> EXERCISE REQUIREMENTS
Where the word "math" appears in a line below, copy the whole line.

> GIVEN ENTRIES

* * * * *

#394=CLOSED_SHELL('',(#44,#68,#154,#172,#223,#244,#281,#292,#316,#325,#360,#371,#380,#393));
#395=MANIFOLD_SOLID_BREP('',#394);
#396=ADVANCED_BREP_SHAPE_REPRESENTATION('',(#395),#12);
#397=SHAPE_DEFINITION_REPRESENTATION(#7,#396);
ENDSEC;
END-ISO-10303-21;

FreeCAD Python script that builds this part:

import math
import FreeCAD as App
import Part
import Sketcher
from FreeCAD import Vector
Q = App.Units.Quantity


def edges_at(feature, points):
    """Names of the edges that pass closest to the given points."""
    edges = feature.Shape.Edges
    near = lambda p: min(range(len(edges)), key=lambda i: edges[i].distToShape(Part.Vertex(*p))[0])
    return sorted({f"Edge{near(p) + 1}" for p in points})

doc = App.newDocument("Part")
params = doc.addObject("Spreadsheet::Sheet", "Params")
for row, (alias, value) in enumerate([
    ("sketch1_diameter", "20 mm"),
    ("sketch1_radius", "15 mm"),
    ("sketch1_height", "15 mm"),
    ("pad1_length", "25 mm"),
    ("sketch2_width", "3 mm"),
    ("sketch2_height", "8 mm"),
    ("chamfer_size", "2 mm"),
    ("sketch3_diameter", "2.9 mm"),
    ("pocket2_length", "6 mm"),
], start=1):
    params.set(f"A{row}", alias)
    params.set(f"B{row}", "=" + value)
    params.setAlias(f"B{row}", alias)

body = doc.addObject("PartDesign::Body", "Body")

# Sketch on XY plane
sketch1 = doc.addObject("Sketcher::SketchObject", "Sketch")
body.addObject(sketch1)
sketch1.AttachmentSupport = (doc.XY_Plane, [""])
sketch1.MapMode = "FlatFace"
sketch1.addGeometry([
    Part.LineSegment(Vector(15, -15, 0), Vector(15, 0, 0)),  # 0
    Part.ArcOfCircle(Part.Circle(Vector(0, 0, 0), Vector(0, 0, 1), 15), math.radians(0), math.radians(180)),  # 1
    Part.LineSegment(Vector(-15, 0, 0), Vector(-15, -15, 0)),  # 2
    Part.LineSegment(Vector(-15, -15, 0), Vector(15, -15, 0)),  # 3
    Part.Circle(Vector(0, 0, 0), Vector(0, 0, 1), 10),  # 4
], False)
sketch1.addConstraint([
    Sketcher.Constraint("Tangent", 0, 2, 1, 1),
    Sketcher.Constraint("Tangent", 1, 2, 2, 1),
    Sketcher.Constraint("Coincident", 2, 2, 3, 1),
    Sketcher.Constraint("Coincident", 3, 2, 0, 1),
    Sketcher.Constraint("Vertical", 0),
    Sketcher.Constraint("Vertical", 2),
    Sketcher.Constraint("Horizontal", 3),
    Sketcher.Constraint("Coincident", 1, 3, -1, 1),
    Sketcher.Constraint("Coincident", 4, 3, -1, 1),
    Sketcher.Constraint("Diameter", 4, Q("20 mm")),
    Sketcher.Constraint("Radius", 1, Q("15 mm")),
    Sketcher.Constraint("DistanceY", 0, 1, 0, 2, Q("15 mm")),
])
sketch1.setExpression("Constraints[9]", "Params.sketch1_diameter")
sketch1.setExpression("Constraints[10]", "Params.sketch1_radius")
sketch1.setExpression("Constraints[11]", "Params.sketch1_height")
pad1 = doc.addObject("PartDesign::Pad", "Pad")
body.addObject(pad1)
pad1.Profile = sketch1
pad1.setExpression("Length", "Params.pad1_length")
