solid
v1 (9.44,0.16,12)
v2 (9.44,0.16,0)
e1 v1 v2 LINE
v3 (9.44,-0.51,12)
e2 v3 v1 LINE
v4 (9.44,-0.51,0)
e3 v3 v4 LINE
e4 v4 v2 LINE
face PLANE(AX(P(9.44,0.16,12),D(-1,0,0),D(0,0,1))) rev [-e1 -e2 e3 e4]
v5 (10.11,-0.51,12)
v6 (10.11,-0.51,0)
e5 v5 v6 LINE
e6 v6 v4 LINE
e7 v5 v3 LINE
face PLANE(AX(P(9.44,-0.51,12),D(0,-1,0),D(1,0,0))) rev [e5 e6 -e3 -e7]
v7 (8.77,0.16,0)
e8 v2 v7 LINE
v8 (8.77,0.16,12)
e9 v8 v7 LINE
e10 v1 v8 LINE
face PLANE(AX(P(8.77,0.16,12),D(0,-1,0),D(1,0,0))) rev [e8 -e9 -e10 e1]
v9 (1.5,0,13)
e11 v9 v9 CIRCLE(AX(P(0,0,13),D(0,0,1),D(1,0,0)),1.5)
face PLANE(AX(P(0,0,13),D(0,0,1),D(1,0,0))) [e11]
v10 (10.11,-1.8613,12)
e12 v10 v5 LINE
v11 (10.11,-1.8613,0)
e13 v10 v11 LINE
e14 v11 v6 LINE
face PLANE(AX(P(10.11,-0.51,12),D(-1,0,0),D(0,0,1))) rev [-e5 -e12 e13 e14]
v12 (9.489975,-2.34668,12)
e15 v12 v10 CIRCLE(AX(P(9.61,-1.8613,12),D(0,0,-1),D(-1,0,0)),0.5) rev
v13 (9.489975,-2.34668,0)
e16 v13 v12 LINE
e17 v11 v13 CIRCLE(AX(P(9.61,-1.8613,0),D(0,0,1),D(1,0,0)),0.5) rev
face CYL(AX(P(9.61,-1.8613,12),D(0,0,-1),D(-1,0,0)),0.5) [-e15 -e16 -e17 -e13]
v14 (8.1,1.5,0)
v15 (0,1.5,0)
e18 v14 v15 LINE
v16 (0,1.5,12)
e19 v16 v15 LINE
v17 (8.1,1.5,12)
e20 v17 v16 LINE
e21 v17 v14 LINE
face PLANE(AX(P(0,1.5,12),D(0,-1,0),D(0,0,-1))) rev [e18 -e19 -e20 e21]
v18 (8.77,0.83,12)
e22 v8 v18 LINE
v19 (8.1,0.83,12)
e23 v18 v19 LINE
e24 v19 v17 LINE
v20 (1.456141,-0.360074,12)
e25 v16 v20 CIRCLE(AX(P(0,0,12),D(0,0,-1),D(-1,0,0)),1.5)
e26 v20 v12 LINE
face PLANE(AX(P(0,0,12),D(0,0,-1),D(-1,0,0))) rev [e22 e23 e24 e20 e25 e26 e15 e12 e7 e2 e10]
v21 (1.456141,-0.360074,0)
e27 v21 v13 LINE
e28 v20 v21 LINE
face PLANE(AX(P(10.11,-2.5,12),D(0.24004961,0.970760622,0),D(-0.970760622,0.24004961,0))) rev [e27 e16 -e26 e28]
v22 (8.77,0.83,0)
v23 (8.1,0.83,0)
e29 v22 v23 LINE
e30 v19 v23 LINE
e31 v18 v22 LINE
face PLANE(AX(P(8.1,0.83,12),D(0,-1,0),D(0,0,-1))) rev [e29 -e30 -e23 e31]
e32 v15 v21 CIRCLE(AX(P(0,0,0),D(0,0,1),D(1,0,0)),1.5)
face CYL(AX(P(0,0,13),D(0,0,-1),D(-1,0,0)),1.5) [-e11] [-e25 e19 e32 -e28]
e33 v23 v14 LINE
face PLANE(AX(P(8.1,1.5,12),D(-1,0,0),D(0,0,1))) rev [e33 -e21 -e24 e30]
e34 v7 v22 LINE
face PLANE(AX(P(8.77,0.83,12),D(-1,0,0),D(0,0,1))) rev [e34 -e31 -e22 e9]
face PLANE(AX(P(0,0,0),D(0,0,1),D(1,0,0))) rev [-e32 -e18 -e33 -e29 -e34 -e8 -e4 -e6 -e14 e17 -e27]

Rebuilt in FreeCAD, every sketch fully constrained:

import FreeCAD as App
import Part
import Sketcher
Q = App.Units.Quantity


def edges_at(feature, points):
    """Names of the edges that pass closest to the given points."""
    edges = feature.Shape.Edges
    near = lambda p: min(range(len(edges)), key=lambda i: edges[i].distToShape(Part.Vertex(*p))[0])
    return sorted({f"Edge{near(p) + 1}" for p in points})


def add_polygon(sketch, points):
    """Adds a closed chain of lines whose ends are joined by coincident constraints."""
    first, n = sketch.GeometryCount, len(points)
    for a, b in zip(points, points[1:] + points[:1]):
        sketch.addGeometry(Part.LineSegment(App.Vector(*a, 0), App.Vector(*b, 0)), False)
    for i in range(n):
        sketch.addConstraint(Sketcher.Constraint("Coincident", first + i, 2, first + (i + 1) % n, 1))

doc = App.newDocument("Part")
body = doc.addObject("PartDesign::Body", "Body")

sketch1 = body.newObject("Sketcher::SketchObject", "Sketch")
sketch1.AttachmentSupport = (doc.getObject("XY_Plane"), [""])
sketch1.MapMode = "FlatFace"
sketch1.addGeometry(Part.Circle(App.Vector(0, 0, 0), App.Vector(0, 0, 1), 1.5), False)
sketch1.addConstraint([
    Sketcher.Constraint("Coincident", 0, 3, -1, 1),
    Sketcher.Constraint("Diameter", 0, Q("3 mm")),
])
pad1 = body.newObject("PartDesign::Pad", "Pad")
pad1.Profile = sketch1
pad1.Length = 13

sketch2 = body.newObject("Sketcher::SketchObject", "Sketch001")
sketch2.AttachmentSupport = (doc.getObject("XY_Plane"), [""])
sketch2.MapMode = "FlatFace"
add_polygon(sketch2, [(8.1, 1.5), (0, 1.5), (0, 0), (10.11, -2.5), (10.11, -0.51), (9.44, -0.51), (9.44, 0.16), (8.77, 0.16), (8.77, 0.83), (8.1, 0.83)])
sketch2.addConstraint([
    Sketcher.Constraint("Horizontal", 0),
    Sketcher.Constraint("Vertical", 1),
    Sketcher.Constraint("Vertical", 3),
    Sketcher.Constraint("Horizontal", 4),
    Sketcher.Constraint("Vertical", 5),
    Sketcher.Constraint("Horizontal", 6),
    Sketcher.Constraint("Vertical", 7),
    Sketcher.Constraint("Horizontal", 8),
    Sketcher.Constraint("Vertical", 9),
    Sketcher.Constraint("Coincident", 1, 2, -1, 1),
    Sketcher.Constraint("Equal", 4, 6),
    Sketcher.Constraint("Equal", 6, 8),
    Sketcher.Constraint("Equal", 8, 5),
    Sketcher.Constraint("Equal", 5, 7),
    Sketcher.Constraint("Equal", 7, 9),
    Sketcher.Constraint("DistanceX", 0, 2, 0, 1, Q("8.1 mm")),
    Sketcher.Constraint("DistanceY", 1, 2, 1, 1, Q("1.5 mm")),
    Sketcher.Constraint("DistanceY", 2, 2, 0, 2, Q("4 mm")),
    Sketcher.Constraint("DistanceX", 4, 2, 4, 1, Q("0.67 mm")),
])
pad2 = body.newObject("PartDesign::Pad", "Pad001")
pad2.Profile = sketch2
pad2.Length = 12
doc.recompute()

fillet = body.newObject("PartDesign::Fillet", "Fillet")
fillet.Base = (pad2, edges_at(pad2, [(10.11, -2.5, 6)]))
fillet.Radius = 0.5

doc.recompute()
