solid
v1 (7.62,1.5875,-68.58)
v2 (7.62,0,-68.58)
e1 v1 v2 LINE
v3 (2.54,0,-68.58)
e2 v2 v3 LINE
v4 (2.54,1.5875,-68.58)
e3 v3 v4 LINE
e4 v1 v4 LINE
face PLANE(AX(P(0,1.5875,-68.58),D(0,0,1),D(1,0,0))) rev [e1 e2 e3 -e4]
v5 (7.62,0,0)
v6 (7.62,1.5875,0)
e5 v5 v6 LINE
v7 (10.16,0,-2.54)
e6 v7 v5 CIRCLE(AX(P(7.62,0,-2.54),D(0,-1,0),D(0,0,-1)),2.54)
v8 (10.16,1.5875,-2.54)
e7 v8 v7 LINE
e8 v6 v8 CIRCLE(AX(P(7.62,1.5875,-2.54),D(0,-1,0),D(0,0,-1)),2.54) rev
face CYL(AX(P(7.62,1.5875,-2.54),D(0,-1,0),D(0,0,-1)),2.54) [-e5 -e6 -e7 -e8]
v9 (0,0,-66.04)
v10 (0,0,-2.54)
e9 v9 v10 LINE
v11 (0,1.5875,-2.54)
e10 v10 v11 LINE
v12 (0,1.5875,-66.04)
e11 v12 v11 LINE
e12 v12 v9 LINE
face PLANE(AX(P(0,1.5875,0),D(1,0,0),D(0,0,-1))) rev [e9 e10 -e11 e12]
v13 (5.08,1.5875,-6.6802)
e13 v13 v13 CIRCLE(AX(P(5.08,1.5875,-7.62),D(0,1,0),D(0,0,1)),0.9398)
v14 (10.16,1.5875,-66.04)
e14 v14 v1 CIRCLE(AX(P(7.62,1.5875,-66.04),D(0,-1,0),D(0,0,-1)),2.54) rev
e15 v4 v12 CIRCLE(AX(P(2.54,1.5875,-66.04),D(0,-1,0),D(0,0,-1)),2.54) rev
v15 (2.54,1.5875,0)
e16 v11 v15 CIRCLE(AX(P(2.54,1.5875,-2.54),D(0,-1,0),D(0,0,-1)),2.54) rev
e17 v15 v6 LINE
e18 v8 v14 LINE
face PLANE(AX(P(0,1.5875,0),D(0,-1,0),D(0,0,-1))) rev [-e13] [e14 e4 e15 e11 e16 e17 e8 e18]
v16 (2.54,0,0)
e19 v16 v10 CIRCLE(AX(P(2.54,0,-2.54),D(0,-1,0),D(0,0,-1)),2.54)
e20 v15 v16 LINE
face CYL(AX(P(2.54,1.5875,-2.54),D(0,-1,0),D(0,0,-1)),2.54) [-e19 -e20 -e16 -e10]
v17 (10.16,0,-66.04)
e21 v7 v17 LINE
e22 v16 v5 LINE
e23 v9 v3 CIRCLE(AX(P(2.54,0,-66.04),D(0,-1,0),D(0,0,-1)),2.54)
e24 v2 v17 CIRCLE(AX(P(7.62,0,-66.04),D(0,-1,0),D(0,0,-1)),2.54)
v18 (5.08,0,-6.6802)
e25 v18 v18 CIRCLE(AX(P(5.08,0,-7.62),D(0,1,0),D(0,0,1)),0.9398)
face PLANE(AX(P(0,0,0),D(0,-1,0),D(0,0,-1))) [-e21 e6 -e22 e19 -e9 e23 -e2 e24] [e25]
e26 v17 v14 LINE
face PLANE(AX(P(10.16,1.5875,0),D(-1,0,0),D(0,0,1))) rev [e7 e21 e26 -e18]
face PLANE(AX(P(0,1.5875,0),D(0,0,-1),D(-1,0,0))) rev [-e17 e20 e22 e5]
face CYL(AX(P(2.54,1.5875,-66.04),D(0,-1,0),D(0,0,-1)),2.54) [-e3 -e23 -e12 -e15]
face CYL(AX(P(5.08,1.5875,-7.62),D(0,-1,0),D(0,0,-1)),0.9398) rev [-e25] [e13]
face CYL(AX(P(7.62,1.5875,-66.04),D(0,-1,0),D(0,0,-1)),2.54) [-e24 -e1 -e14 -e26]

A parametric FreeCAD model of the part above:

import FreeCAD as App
import Part
import Sketcher
from FreeCAD import Vector
Q = App.Units.Quantity


def edges_at(feature, points):
    """Names of the edges that pass closest to the given points."""
    edges = feature.Shape.Edges
    near = lambda p: min(range(len(edges)), key=lambda i: edges[i].distToShape(Part.Vertex(*p))[0])
    return sorted({f"Edge{near(p) + 1}" for p in points})

doc = App.newDocument("Part")
body = doc.addObject("PartDesign::Body", "Body")

# Sketch on XZ plane
sketch1 = doc.addObject("Sketcher::SketchObject", "Sketch")
body.addObject(sketch1)
sketch1.AttachmentSupport = (doc.XZ_Plane, [""])
sketch1.MapMode = "FlatFace"
sketch1.addGeometry(Part.LineSegment(Vector(0, -68.58, 0), Vector(0, 0, 0)), False)
sketch1.addGeometry(Part.LineSegment(Vector(0, 0, 0), Vector(10.16, 0, 0)), False)
sketch1.addGeometry(Part.LineSegment(Vector(10.16, 0, 0), Vector(10.16, -68.58, 0)), False)
sketch1.addGeometry(Part.LineSegment(Vector(10.16, -68.58, 0), Vector(0, -68.58, 0)), False)
sketch1.addGeometry(Part.Circle(Vector(5.08, -7.62, 0), Vector(0, 0, 1), 0.9398), False)
sketch1.addConstraint(Sketcher.Constraint("Coincident", 0, 2, 1, 1))
sketch1.addConstraint(Sketcher.Constraint("Coincident", 1, 2, 2, 1))
sketch1.addConstraint(Sketcher.Constraint("Coincident", 2, 2, 3, 1))
sketch1.addConstraint(Sketcher.Constraint("Coincident", 3, 2, 0, 1))
sketch1.addConstraint(Sketcher.Constraint("Vertical", 0))
sketch1.addConstraint(Sketcher.Constraint("Horizontal", 1))
sketch1.addConstraint(Sketcher.Constraint("Vertical", 2))
sketch1.addConstraint(Sketcher.Constraint("Horizontal", 3))
sketch1.addConstraint(Sketcher.Constraint("Coincident", 0, 2, -1, 1))
sketch1.addConstraint(Sketcher.Constraint("Diameter", 4, Q("0.074 in")))
sketch1.addConstraint(Sketcher.Constraint("DistanceX", 1, 1, 1, 2, Q("0.4 in")))
sketch1.addConstraint(Sketcher.Constraint("DistanceY", 0, 1, 0, 2, Q("2.7 in")))
sketch1.addConstraint(Sketcher.Constraint("DistanceX", -1, 1, 4, 3, Q("0.2 in")))
sketch1.addConstraint(Sketcher.Constraint("DistanceY", 4, 3, -1, 1, Q("0.3 in")))
pad1 = doc.addObject("PartDesign::Pad", "Pad")
body.addObject(pad1)
pad1.Profile = sketch1
pad1.Length = Q("0.0625 in")
pad1.Reversed = True
doc.recompute()

fillet = doc.addObject("PartDesign::Fillet", "Fillet")
body.addObject(fillet)
fillet.Base = (pad1, edges_at(pad1, [
    (0, 0.794, -68.58),
    (10.16, 0.794, -68.58),
    (10.16, 0.794, 0),
    (0, 0.794, 0),
]))
fillet.Radius = Q("0.1 in")

doc.recompute()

* * * * *

> ANSWER TO THE EXERCISE
import math
    Part.ArcOfCircle(Part.Circle(Vector(0, 0, 0), Vector(0, 0, 1), 15), math.radians(0), math.radians(180)),  # 1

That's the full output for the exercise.